| Data for analysis |
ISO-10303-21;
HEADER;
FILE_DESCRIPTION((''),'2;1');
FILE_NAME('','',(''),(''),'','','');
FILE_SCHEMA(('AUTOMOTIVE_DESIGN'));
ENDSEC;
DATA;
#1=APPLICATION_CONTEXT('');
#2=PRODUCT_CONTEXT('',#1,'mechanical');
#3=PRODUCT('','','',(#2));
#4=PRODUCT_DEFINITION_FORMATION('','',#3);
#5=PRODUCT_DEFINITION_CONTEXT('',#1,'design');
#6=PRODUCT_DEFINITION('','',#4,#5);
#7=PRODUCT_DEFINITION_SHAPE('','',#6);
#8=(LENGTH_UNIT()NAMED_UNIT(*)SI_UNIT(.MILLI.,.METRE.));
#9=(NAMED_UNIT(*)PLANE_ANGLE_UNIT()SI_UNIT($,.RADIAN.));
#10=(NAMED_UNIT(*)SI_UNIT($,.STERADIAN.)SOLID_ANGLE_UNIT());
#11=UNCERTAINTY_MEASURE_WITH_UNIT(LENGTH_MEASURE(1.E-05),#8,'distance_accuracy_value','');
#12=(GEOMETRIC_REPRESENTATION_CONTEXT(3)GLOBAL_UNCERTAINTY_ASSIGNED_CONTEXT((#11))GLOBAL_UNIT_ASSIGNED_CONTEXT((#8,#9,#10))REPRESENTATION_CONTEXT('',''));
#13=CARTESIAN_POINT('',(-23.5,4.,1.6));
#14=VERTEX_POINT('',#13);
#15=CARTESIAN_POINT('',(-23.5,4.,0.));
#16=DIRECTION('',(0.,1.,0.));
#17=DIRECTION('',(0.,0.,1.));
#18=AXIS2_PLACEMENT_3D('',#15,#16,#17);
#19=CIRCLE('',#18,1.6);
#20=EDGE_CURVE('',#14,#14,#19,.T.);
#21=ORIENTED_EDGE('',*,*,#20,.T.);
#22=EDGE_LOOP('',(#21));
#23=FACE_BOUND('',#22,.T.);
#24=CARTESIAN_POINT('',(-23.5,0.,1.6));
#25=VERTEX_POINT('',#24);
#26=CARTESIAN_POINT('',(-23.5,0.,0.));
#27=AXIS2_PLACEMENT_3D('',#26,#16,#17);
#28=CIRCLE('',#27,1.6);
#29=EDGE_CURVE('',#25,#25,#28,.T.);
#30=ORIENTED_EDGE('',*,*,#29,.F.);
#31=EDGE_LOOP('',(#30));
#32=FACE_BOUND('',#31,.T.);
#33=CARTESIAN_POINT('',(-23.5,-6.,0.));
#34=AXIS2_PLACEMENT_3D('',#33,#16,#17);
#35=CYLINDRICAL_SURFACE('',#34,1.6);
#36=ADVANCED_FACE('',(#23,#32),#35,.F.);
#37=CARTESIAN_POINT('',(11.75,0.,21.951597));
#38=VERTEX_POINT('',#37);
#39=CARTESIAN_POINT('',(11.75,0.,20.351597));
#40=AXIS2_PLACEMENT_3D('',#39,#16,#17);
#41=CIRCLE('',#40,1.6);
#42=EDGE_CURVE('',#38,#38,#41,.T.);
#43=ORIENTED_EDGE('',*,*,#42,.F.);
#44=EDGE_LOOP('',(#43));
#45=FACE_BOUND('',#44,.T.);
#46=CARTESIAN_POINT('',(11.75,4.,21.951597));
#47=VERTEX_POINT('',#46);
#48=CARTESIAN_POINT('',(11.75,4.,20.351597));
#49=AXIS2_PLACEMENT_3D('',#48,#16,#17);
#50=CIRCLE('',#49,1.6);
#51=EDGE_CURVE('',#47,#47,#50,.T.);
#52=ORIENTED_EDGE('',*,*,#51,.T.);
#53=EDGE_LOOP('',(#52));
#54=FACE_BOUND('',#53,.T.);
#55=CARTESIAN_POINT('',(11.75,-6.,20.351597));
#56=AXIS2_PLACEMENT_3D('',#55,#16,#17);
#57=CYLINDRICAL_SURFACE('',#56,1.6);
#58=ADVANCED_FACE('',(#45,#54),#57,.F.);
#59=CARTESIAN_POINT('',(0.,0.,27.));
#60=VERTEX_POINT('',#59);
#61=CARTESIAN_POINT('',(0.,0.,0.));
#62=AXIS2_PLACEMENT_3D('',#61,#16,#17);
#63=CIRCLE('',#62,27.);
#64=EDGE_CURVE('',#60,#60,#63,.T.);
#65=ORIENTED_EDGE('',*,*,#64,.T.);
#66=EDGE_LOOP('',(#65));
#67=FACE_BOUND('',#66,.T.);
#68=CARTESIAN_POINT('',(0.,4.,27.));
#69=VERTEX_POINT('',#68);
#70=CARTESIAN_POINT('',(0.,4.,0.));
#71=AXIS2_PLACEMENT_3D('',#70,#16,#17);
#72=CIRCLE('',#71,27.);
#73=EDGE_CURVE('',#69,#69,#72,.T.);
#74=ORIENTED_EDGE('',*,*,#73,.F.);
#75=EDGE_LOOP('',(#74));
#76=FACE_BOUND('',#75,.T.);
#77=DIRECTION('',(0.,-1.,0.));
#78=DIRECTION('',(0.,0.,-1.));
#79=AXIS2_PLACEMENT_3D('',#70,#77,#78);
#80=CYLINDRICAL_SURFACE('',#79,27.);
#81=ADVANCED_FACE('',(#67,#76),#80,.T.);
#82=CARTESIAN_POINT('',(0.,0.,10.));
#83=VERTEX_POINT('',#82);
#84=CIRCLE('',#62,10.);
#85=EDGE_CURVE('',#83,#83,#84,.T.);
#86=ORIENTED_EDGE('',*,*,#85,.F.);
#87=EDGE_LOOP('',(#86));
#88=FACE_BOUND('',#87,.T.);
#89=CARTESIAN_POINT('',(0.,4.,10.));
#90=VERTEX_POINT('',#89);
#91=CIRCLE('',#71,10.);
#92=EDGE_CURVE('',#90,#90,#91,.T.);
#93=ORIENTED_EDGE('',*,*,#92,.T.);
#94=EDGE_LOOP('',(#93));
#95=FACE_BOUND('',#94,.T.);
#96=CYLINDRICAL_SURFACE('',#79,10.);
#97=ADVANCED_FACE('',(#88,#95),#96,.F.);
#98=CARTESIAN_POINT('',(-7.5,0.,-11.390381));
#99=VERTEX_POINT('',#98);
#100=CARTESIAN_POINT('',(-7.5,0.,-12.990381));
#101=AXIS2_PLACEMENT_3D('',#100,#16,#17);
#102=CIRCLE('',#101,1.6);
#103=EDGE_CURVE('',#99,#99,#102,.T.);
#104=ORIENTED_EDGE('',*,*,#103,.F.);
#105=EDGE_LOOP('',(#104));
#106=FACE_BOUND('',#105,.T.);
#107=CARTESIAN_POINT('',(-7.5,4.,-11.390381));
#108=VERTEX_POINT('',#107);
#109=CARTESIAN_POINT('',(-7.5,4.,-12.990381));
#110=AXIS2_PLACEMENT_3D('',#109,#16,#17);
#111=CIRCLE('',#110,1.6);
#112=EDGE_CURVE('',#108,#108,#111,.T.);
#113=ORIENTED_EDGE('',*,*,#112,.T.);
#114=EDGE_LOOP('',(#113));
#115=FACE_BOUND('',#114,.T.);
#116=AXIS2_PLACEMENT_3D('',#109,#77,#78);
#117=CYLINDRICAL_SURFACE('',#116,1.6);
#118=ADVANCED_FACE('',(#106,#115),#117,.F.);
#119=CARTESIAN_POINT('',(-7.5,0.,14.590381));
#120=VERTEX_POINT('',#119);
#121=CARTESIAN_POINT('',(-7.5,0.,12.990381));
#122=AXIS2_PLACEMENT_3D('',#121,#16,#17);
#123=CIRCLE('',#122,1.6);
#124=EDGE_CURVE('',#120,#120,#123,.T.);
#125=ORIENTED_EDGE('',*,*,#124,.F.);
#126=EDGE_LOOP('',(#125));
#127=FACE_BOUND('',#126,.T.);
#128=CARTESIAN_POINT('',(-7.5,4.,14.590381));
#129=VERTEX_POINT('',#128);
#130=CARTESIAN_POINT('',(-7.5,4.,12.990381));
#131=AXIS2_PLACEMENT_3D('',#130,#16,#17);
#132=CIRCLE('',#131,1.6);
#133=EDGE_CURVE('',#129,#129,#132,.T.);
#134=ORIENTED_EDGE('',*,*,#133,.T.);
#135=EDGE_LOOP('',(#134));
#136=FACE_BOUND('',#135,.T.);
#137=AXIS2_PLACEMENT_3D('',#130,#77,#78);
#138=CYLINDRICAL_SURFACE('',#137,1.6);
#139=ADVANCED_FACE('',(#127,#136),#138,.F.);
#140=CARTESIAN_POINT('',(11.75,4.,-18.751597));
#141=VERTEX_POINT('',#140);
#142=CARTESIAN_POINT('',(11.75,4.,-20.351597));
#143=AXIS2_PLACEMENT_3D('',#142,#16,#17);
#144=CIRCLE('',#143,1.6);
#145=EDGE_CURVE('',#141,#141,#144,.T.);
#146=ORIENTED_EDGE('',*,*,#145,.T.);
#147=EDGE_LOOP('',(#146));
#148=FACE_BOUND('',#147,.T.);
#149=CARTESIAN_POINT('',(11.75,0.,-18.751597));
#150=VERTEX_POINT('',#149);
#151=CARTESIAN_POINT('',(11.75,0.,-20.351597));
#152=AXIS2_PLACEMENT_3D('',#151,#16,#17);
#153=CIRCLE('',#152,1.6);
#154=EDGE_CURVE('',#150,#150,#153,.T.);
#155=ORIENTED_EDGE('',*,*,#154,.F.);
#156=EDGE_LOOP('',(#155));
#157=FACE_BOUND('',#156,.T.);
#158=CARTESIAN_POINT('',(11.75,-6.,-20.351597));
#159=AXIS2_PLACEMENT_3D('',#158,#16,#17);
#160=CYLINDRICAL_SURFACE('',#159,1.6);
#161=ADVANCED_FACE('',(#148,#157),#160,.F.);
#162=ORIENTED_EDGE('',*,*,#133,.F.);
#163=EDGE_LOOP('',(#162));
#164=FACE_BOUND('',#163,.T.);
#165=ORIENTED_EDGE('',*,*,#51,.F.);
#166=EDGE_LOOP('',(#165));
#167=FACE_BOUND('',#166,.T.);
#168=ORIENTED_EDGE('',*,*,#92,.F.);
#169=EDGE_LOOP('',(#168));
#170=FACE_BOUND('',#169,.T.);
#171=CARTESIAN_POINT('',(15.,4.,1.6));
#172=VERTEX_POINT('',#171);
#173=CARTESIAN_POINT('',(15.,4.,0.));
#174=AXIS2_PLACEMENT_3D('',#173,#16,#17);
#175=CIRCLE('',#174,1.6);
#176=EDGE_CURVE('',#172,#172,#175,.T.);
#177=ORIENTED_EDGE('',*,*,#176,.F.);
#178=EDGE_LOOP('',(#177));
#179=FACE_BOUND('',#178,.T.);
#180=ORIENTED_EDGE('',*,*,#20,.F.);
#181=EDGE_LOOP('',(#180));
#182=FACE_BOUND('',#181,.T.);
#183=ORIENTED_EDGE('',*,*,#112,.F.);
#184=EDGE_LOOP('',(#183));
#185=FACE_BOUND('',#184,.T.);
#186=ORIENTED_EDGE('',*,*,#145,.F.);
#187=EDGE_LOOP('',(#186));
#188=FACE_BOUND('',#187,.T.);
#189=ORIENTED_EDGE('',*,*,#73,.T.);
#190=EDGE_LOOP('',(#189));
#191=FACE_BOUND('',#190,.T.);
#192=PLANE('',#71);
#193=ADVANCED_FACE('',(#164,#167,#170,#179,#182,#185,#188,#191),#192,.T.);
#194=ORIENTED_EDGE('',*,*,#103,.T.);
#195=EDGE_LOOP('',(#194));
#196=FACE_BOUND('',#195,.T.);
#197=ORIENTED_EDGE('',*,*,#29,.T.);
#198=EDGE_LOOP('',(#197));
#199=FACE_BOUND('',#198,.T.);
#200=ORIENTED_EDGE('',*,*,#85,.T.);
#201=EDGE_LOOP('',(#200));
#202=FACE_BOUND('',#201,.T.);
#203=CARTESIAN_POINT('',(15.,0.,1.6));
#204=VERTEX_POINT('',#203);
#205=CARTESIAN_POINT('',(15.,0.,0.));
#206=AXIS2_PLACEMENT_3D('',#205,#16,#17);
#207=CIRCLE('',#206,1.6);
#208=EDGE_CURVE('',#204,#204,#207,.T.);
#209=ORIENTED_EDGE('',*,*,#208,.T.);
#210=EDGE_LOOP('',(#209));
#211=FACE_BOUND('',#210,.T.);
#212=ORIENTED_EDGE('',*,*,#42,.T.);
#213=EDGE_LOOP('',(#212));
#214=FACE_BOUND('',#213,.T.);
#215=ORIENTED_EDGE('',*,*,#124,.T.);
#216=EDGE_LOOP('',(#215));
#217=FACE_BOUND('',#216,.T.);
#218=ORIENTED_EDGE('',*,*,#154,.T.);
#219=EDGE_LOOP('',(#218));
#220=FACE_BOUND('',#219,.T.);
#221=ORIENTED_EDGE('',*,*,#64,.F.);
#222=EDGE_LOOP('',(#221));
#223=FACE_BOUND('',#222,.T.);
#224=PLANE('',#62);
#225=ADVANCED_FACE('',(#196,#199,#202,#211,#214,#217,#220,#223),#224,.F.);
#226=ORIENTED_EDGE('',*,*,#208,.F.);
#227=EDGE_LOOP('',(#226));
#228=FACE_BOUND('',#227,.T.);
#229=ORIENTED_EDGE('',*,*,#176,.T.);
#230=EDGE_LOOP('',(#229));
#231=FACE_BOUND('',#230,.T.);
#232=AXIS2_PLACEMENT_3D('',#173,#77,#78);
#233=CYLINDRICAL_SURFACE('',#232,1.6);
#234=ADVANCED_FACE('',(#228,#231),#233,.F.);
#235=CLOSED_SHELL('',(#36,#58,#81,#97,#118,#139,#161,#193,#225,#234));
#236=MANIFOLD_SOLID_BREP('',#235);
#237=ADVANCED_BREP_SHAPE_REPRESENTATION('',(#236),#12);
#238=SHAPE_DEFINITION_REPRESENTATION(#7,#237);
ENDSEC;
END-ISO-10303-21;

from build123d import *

# Parameters (mm, degrees)
SKETCH_1_R          = 27
SKETCH_1_R_2        = 10
SKETCH_1_R_3        = 1.6
EXTRUDE_1_DEPTH     = 4
SKETCH_3_R          = 1.6
CUT_EXTRUDE_1_DEPTH = 10


with BuildPart() as part:
    # 草图1 → 凸台-拉伸1 (new body)
    with BuildSketch(Plane(origin=(0, 0, 0), x_dir=(1, 0, 0), z_dir=(0, 1, 0))):
        with Locations(Location((0, 0, 0), (0, 0, 270))):
            Circle(SKETCH_1_R)
        with Locations(Location((0, 0, 0), (0, 0, 270))):
            Circle(SKETCH_1_R_2, mode=Mode.SUBTRACT)
        with Locations(Location((15, 0, 0), (0, 0, 270))):
            Circle(SKETCH_1_R_3, mode=Mode.SUBTRACT)
        with Locations(Location((-7.5, -12.990381057, 0), (0, 0, 270))):
            Circle(SKETCH_1_R_3, mode=Mode.SUBTRACT)
        with Locations(Location((-7.5, 12.990381057, 0), (0, 0, 270))):
            Circle(SKETCH_1_R_3, mode=Mode.SUBTRACT)
    extrude(amount=EXTRUDE_1_DEPTH)

    # 草图3 → 切除-拉伸1 (cut)
    with BuildSketch(Plane(origin=(0, 4, 0), x_dir=(1, 0, 0), z_dir=(0, 1, 0))):
        with Locations(Location((11.75, 20.351596989, 0), (0, 0, 270))):
            Circle(SKETCH_3_R)
        with Locations(Location((11.75, -20.351596989, 0), (0, 0, 270))):
            Circle(SKETCH_3_R)
        with Locations(Location((-23.5, 0, 0), (0, 0, 270))):
            Circle(SKETCH_3_R)
    extrude(amount=-CUT_EXTRUDE_1_DEPTH, mode=Mode.SUBTRACT)


solid = part.part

| Task |
From the line containing "#53=EDGE_LOOP('',(#52));" down to the line containing "#63=CIRCLE('',#62,27.);" in the material above, reproduce every line exactly, including the two end lines.

| Solution to this problem |
#53=EDGE_LOOP('',(#52));
#54=FACE_BOUND('',#53,.T.);
#55=CARTESIAN_POINT('',(11.75,-6.,20.351597));
#56=AXIS2_PLACEMENT_3D('',#55,#16,#17);
#57=CYLINDRICAL_SURFACE('',#56,1.6);
#58=ADVANCED_FACE('',(#45,#54),#57,.F.);
#59=CARTESIAN_POINT('',(0.,0.,27.));
#60=VERTEX_POINT('',#59);
#61=CARTESIAN_POINT('',(0.,0.,0.));
#62=AXIS2_PLACEMENT_3D('',#61,#16,#17);
#63=CIRCLE('',#62,27.);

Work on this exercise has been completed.